AiW Guest: Madeline Bedecarré

Note de la rédaction: L’équipe d’Africa in Words est ravie de présenter aujourd’hui notre premier post en deux langues ! Pour la version en français de ce compte-rendu, cliquez ici.

Part anthology, part conference proceedings, part literary manifesto, Au-dessous du volcan, edited by the French specialist of African literature Dr. Maëline Le Lay and French diplomat Alexandre Mirlesse, is a hybrid text. Most significantly, this publication thoughtfully engages in recent debates about the proliferation of NGOs in Africa and their influence on literary production on the continent. Mirlesse and Le Lay’s critique regarding the weight of NGOs in shaping literary production in the region intervenes in a body of work that Sarah Brouillette pulls together in her provocative article On the African Literary Hustle. Building off of Doreen Strauhs’s terminology (the acronym LINGO–literary NGO–means “a nongovernmental organization with a focus on the production and promotion of literary talent, events, and publications that is situated in the nonprofit sector”), Kate Wallis’s work, and the writer Ikhide Ikheloa’s essay condemning the Caine Prize shortlist for 2011 “How Not to Write About Africa,” Brouillette explores what she calls “the NGOization of African literature”–the fact that contemporary English-language African literature quite literally depends on “NGOs and private foreign foundations” funded by “private donors, mainly but not exclusively American”.  I see Au-Dessous du Volcan as making an important and timely contribution to this conversation which has until now focused solely on Anglophone African literature. 

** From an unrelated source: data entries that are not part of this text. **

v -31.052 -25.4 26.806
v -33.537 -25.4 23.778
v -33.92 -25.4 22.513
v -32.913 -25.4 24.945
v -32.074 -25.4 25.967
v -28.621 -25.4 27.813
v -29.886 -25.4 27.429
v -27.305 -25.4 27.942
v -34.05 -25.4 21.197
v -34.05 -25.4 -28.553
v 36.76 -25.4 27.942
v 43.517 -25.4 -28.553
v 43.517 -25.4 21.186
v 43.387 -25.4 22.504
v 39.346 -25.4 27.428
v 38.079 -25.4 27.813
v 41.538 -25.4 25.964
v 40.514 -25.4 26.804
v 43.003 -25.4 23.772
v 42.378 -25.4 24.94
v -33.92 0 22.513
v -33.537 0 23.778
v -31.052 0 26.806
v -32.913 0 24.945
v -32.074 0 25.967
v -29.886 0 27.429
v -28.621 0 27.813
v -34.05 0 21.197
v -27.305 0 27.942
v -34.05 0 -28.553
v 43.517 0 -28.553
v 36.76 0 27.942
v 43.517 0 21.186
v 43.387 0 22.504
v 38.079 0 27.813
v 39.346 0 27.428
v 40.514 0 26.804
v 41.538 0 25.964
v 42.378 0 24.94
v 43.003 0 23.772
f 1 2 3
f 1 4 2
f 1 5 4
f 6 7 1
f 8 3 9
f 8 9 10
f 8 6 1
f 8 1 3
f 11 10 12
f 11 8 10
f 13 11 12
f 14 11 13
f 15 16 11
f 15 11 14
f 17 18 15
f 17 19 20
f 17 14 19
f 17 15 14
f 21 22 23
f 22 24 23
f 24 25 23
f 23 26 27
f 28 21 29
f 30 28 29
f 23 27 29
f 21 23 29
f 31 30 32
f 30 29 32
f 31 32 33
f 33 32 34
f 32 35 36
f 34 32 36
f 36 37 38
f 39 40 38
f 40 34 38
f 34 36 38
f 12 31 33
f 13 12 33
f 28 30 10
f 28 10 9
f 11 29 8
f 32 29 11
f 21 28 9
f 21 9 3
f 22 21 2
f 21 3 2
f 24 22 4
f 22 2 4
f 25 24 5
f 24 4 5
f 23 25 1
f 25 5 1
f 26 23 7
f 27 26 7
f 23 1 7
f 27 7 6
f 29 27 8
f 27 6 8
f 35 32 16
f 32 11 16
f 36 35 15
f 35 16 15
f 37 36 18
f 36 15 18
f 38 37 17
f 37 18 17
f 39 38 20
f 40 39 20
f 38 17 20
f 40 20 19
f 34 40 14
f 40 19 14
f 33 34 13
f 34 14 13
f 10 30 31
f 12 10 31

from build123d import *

# Parameters (mm, degrees)
F0_W     = 77.566948
F0_H     = 56.495611
F1_DEPTH = 25.4
F2_R     = 8.919249
F3_DEPTH = 25.4
F4_R     = 6.745313
F5_R     = 6.7564


with BuildPart() as f1:
    # F0 (on Front) → F1 (new body)
    with BuildSketch(Plane.XZ):
        with Locations((4.733415, -0.305383)):
            Rectangle(F0_W, F0_H)
    extrude(amount=F1_DEPTH)

    # F2 (on face) → F3 (join)
    with BuildSketch(Plane.XZ.offset(25.4)):
        Circle(F2_R)
    extrude(amount=-F3_DEPTH)

    # F4
    f4_edges = [f1.edges().sort_by_distance(p)[0] for p in [
        (-34.050059, -12.7, 27.942423),
    ]]
    fillet(f4_edges, radius=F4_R)

    # F5
    f5_edges = [f1.edges().sort_by_distance(p)[0] for p in [
        (43.516889, -12.7, 27.942423),
    ]]
    fillet(f5_edges, radius=F5_R)


solid = f1.part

Cover of Au-Dessous du volcan

The book recaps a three-day event held in June 2018 at the Institut Français in Goma, Democratic Republic of Congo, which involved a series of panels and creative writing workshops run by six writers, Guillaume Jan, Blaise Ndala, Jean-Pierre Orban, Élise Rida Musomandera, Roland Rugero and Joëlle Sambi  – most of whom live and publish in Europe or Canada- for a group of twelve amateur wordsmiths from Bukuvu, Goma, Butembo, Bujumbura, and Kigali: Natacha Songore, Mathe Kisughu, Parfait Nzeyimana, Kennedy Muhindo Wema, Thierry Nkinzo Mihigo, Patrick Zézé, Maxime Kabemba Maneno, Joyeux Juwe Kazimbe, Claudia Munyengabe, Dominique Celis, Butoa Balingene, and Natacha Muziramakenga.

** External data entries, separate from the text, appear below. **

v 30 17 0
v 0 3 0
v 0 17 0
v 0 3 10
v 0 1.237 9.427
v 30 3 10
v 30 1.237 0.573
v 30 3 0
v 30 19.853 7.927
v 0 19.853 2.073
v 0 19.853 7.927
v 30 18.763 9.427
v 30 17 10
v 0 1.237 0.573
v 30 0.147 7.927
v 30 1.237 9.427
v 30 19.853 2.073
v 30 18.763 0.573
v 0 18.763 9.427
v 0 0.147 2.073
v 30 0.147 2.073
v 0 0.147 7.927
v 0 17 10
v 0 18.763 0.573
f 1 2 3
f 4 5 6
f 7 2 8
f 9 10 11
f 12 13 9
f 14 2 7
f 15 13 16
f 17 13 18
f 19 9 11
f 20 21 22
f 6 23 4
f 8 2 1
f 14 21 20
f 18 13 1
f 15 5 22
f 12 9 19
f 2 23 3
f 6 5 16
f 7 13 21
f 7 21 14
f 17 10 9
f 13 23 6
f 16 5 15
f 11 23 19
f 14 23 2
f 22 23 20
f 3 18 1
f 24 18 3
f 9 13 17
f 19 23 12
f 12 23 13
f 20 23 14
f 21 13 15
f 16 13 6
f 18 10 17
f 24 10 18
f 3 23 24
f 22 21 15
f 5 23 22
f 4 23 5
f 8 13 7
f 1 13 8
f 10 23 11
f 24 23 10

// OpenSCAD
module roundedcube(lx, ly, lz, radius) {
translate([radius, radius, radius])
minkowski() {
cube([lx-2*radius, ly-2*radius, lz-2*radius]);
sphere(r=radius);
}
}


module roundedcubexy(lx,ly,lz,radius) {
translate([radius, radius, 0])
minkowski() {
cube([lx-2*radius,ly-2*radius,lz/2]);
cylinder(r=radius, h=lz/2);
}
}

module roundedcubexz(lx,ly,lz,radius) {
translate([radius, 0, radius])
minkowski() {
cube([lx-2*radius, ly/2, lz-2*radius]);
rotate([-90, 0, 0])
	cylinder(r=radius, h=ly/2);
}
}

module roundedcubeyz(lx,ly,lz,radius) {
translate([0, radius, radius])
minkowski() {
cube([lx/2, ly-2*radius, lz-2*radius]);
rotate([0, 90, 0])
	cylinder(r=radius, h=lx/2);
}
}

roundedcubeyz(30, 20, 10, 3);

What ties together this disparate bunch of texts and people seems to be an agreement that writerly autonomy in the historically francophone countries of the Great Lakes region (Rwanda, the DRC, and Burundi) is endangered. This lack of autonomy–according to the authors–threatens the creativity and the originality of literary production, ‘forcing’ artists to conform to a cookie cutter narrative. For Jean-Pierre Orban, stories emulate “a certain genre of tales about Africa” (115) in that they “reuse clichés and patterns of what has been written” (113). The participants generally bemoan the tendency of texts about the region to rehash images and themes of Africa “as Poverty Porn” like the child soldier, war, genocide, violence, and rape, rendering this literature “monochrome” and “trop figé” (“too fixed”) in the words of Mirlesse (198). 

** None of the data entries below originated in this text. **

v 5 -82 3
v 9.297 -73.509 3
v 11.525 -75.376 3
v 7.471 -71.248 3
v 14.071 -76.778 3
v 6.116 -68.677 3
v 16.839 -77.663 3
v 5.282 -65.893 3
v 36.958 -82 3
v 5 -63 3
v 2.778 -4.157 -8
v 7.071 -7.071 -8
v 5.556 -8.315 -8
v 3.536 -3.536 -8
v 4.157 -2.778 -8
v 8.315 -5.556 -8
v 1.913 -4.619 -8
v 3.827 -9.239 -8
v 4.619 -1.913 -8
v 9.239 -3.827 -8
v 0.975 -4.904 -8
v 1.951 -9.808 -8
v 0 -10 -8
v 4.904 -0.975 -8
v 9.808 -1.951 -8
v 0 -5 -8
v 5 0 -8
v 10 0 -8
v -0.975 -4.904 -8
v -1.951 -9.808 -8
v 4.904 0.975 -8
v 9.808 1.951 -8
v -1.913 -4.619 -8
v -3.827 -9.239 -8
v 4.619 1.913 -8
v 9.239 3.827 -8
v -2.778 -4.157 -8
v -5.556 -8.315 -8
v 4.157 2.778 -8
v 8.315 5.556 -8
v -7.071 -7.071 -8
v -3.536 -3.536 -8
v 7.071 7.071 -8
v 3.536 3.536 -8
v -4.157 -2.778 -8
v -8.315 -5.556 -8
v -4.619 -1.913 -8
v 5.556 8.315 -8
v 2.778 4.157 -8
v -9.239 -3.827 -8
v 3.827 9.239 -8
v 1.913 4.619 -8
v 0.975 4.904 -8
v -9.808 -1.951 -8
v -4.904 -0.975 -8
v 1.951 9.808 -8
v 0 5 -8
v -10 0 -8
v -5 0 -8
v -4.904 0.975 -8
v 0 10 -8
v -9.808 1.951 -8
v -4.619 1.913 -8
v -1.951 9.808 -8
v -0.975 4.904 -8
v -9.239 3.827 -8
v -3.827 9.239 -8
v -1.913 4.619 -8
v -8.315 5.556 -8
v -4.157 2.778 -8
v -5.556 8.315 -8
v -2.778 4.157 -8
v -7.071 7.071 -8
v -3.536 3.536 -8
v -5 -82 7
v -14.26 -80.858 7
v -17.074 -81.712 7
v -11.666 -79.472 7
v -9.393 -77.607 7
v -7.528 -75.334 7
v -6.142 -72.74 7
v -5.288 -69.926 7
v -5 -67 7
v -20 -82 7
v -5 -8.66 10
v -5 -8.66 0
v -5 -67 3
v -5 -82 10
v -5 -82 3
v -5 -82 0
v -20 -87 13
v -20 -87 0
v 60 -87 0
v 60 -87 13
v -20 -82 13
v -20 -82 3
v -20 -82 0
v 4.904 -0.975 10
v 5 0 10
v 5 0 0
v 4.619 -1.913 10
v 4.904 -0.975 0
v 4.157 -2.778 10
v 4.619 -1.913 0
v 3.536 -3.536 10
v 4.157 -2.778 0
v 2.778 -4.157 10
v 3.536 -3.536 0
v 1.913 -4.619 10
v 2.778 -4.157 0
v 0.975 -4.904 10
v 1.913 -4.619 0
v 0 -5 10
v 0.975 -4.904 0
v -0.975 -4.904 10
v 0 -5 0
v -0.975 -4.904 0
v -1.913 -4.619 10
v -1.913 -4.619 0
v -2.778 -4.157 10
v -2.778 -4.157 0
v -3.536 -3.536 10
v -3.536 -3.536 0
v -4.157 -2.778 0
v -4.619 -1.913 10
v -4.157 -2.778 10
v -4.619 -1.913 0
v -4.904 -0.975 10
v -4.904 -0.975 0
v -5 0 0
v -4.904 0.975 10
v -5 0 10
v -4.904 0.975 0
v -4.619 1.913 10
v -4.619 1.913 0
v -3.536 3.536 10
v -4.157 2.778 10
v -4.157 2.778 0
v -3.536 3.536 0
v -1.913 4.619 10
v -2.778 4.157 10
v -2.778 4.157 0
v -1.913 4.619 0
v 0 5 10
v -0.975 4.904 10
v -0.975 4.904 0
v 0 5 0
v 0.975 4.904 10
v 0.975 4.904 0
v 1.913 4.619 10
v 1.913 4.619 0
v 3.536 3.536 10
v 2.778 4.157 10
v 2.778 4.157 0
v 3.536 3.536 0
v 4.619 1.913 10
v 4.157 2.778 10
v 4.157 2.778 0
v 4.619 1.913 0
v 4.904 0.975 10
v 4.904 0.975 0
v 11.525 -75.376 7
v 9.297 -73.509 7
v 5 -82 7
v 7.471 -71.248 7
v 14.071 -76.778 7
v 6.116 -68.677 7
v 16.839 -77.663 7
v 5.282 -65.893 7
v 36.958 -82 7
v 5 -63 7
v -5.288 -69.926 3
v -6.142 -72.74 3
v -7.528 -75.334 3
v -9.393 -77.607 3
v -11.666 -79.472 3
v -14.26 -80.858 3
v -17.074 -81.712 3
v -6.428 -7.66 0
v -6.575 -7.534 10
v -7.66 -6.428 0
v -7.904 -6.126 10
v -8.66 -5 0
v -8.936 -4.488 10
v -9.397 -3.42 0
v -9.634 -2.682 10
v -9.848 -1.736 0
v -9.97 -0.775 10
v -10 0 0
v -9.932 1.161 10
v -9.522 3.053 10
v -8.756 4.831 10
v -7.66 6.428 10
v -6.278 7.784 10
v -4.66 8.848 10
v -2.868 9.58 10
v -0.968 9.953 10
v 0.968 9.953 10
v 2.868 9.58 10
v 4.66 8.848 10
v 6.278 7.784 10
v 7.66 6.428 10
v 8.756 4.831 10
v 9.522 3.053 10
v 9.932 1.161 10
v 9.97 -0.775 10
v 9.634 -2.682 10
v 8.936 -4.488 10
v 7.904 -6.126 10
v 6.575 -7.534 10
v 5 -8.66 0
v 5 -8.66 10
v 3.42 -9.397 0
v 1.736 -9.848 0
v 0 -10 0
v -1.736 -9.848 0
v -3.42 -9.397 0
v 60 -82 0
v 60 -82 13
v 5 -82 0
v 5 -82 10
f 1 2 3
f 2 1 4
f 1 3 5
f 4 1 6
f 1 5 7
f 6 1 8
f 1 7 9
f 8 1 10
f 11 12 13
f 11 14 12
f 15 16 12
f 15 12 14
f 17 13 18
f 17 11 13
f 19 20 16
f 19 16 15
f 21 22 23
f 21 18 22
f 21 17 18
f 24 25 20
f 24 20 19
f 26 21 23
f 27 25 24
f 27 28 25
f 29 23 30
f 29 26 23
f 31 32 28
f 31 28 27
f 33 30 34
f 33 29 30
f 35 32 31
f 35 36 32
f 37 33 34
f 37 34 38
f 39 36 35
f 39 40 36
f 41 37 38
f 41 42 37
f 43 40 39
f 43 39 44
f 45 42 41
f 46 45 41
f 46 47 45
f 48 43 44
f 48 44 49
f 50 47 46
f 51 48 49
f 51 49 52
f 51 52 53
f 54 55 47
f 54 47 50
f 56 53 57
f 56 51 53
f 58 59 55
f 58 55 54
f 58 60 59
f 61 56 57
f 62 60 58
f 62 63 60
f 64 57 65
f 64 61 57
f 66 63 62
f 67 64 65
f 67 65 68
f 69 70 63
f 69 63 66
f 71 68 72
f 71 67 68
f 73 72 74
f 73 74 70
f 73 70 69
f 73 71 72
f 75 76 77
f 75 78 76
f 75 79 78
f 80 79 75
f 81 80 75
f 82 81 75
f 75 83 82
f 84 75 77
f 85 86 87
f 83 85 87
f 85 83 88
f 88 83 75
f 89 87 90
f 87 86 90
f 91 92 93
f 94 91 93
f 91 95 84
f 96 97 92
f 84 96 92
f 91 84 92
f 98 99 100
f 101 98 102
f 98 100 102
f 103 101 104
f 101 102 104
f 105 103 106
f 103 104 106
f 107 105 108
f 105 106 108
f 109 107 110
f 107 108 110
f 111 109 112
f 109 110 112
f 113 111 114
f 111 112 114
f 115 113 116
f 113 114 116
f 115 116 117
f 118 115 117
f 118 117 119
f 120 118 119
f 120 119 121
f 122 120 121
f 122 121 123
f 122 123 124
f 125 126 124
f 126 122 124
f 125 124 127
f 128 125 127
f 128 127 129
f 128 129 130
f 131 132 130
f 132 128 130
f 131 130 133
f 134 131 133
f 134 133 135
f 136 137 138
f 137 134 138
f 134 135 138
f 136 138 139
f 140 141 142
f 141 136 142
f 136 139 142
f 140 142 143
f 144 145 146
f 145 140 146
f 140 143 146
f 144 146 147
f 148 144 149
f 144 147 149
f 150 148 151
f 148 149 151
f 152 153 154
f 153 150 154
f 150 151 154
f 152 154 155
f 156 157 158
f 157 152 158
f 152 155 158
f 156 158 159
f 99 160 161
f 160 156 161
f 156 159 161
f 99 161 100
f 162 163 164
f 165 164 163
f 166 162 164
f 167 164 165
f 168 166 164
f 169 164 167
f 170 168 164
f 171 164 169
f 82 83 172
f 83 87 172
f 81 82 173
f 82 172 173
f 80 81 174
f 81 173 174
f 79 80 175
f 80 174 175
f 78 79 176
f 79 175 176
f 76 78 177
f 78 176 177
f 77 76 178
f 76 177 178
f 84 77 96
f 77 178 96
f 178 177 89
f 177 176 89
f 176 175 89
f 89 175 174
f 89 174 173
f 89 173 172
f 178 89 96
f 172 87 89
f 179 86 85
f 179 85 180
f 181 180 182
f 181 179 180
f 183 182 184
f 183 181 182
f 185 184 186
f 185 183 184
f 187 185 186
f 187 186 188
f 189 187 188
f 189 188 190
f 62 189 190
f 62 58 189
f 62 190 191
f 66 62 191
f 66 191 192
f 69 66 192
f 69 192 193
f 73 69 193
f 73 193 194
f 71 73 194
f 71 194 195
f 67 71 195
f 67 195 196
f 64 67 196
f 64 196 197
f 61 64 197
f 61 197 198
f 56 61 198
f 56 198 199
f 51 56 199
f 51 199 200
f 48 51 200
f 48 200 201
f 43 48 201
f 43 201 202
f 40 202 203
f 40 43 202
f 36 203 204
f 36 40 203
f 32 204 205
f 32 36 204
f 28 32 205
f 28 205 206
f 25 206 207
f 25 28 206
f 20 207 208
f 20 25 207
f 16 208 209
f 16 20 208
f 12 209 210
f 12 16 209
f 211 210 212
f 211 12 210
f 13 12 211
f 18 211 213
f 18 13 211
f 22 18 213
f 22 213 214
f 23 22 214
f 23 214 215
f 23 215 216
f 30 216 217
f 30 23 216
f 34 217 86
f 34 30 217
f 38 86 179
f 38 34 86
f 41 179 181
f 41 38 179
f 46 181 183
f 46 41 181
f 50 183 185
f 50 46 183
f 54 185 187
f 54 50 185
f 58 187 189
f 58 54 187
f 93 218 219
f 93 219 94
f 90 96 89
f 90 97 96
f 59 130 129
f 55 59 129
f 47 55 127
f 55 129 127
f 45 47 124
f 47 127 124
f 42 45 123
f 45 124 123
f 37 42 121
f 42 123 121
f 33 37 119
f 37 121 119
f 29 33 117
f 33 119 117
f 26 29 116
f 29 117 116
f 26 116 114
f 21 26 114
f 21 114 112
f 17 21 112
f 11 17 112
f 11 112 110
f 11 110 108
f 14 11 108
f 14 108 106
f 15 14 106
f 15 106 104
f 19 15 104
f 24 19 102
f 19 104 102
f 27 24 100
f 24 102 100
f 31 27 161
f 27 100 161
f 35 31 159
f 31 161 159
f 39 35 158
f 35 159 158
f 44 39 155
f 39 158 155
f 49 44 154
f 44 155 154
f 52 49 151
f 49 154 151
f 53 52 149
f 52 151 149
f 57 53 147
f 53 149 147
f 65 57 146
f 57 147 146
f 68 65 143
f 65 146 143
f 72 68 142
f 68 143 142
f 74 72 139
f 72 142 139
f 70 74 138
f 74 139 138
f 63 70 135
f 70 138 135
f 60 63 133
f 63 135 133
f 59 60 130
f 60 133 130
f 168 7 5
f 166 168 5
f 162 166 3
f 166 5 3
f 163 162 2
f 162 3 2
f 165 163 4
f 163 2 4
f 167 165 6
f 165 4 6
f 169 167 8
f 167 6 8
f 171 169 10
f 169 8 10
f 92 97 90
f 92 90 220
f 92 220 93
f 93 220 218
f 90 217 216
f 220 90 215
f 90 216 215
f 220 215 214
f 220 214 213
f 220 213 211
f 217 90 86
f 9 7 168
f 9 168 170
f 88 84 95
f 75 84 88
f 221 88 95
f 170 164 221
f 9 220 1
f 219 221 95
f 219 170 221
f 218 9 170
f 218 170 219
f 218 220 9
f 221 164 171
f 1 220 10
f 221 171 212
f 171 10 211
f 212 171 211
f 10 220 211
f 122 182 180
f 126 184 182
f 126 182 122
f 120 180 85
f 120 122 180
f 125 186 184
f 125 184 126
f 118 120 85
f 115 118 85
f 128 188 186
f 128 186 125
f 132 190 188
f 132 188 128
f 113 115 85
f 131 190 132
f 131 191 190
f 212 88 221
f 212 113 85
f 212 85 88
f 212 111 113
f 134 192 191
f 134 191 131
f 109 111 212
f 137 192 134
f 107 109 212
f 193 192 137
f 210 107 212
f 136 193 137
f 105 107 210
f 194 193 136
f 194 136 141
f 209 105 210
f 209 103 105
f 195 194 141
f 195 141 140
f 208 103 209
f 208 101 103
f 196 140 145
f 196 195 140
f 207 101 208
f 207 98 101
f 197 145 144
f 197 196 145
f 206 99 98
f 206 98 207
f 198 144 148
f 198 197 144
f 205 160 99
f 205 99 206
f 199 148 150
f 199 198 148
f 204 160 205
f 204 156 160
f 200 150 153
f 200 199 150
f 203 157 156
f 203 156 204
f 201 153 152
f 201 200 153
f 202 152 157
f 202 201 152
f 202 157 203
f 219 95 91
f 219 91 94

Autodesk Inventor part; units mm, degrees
ref_plane "YZ Plane" through (0, 0, 0) normal (1, 0, 0) x (0, 1, 0)
ref_plane "XZ Plane" through (0, 0, 0) normal (0, 1, 0) x (-1, 0, 0)
sketch "Sketch1" plane through (0, 0, 0) normal (0, 0, 1) x (1, 0, 0)
  line L0 (0, 0) -> (0, -15) construction
  line L1 (-5, 0) -> (-5, -15)
  line L2 (5, -15) -> (5, 0)
  arc A0 (5, 0) -> (-5, 0) centre (0, 0) ccw
  arc A1 (-5, -15) -> (5, -15) centre (0, -15) ccw
  line L3 (0, 0) -> (0, -15) construction
  line L4 (-10, 0) -> (-10, -15)
  line L5 (10, -15) -> (10, 0)
  arc A2 (10, 0) -> (-10, 0) centre (0, 0) ccw
  line L6 (0, -15) -> (0, -87) construction
  line L7 (5, -23.6603) -> (5, -82)
  line L8 (-5, -23.6603) -> (-5, -82)
  arc A3 (-10, -15) -> (-5, -23.6603) centre (0, -15) ccw
  arc A4 (5, -23.6603) -> (10, -15) centre (0, -15) ccw
  line L9 (-20, -82) -> (60, -82)
  line L10 (60, -82) -> (60, -87)
  line L11 (60, -87) -> (-20, -87)
  line L12 (-20, -87) -> (-20, -82)
  circle A5 centre (0, 0) radius 5
  circle A6 centre (0, 0) radius 10
  line L13 (-5, -23.6603) -> (-5, 8.6603)
  line L14 (5, -23.6603) -> (5, 8.6603)
  point P0 (0, -7.5)
  point P1 (0, -7.5)
  point P2 (5, 0)
  point P3 (5, -8.6603)
  point P4 (-5, -8.6603)
  dimension "d0" = 15
  dimension "d1" = 5
  dimension "d2" = 10
  dimension "d3" = 72
  dimension "d4" = 5
  dimension "d5" = 5
  dimension "d7" = 80
  dimension "d8" = 5
  dimension "d24" = 15
extrude "Extrusion1" add sketch "Sketch1" along normal blind 10 contours A5 L2 A6 L1 | L13 A2 L14 A0 | L1 A6 A2 L13 | A6 L2 A1 L1 | L14 A2 A6 L2 | A1 L14 L7 L9 L8 L13 | L9 L10 L11 L12
sketch "Sketch2" plane through (0, 0, 0) normal (0, 0, -1) x (-1, 0, 0)
  arc A0 (-5, -15) -> (5, -15) centre (0, -15) ccw projected
  line L0 (0, 0) -> (0, -15) construction
  line L1 (-10, 0) -> (-10, -15)
  line L2 (10, -15) -> (10, 0)
  arc A1 (10, 0) -> (-10, 0) centre (0, 0) ccw
  arc A2 (-10, -15) -> (10, -15) centre (0, -15) ccw
  line L3 (0, 0) -> (0, -15) construction
  line L4 (-5, 0) -> (-5, -15)
  line L5 (5, -15) -> (5, 0)
  arc A3 (5, 0) -> (-5, 0) centre (0, 0) ccw
  arc A4 (-5, -15) -> (5, -15) centre (0, -15) ccw
  circle A5 centre (0, 0) radius 10
  circle A6 centre (0, 0) radius 5
  point P0 (0, -7.5)
  point P1 (0, -7.5)
  point P2 (-5, -15)
  dimension "d11" = 10
  dimension "d12" = 5
extrude "Extrusion2" add sketch "Sketch2" along normal blind 8 contours A5 A1 L5 A3 L4 | L4 A6 L5 A5
sketch "Sketch3" plane through (0, 0, 10) normal (0, 0, 1) x (1, 0, 0)
  line L0 (-20, -82) -> (-20, -87) projected
  line L1 (-20, -87) -> (60, -87) projected
  line L2 (-20, -82) -> (60, -82)
  line L3 (60, -82) -> (60, -87)
  line L4 (60, -87) -> (-20, -87)
  line L5 (-20, -87) -> (-20, -82)
  point P0 (0, 0)
  dimension "d23" = 80
extrude "Extrusion3" add sketch "Sketch3" along normal blind 3
ref_plane "Work Plane1" through (0, 0, 5) normal (0, 0, 1) x (1, 0, 0)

Who is responsible for this narrative? During the Round Table #1, the Canadian-based Congolese novelist Blaise Ndala speaks to “the way the media paints the misery of Haiti or Africa” (49), and in the book’s preface the Congolese writer Lye Yoka hypothesizes that the literary production from the region “might be cannibalized by the dominant and dizzying political discourses always with their doublespeak and hypocrisy as their bread and butter” (14). But on the whole, the book takes aim at the role of NGOs in the production of discourse, especially those literary initiatives that are understood as stifling literary production in and about the region. A desire to break with this existing rhetoric fueled the literary event and subsequent publication. One of the organisers of the events and the co-editor of the book, Le Lay explains that the project emerged from the “inaugural assessment that  […] there are many social actors of the region who try to respond in their own way to this situation, by producing endogenous accounts of these crises” (28). In the introduction to the volume, she identifies “NGOs which are very present in the region and who solicit artists so that they can develop narrative creations most often centering on a pre-cut canvas or that draw on a specific vocabulary that is unique to them” (28-29).

As a way of countering this fixed imaginary, in the hopes of, as Lye M. Yoka describes,“going beyond the routines remote-controlled by certain NGOs, merchants of misery,” (14) Le Lay and Mirlesse used the same tactic: the production and publishing of creative writing. They coordinated an amateur literary prize on the subject of “l’écriture du conflit” (“conflict writing”) and the winners participated in the writing workshops with their texts published in this collection, Au-dessous du volcan. The solicitation and workshopping of literary pieces on the theme of conflict aimed to produce works that understood that theme in a more capacious way. Lye M. Yoka paraphrased Maëline Le Lay’s project, explaining that by “expanding the concept and even the reality as much as the truth of ‘conflict’” (16) the participants could contribute to “the construction of a real writerly subjectivity which would be liberated from what one might call the “dominant narratives’ about the region” (14).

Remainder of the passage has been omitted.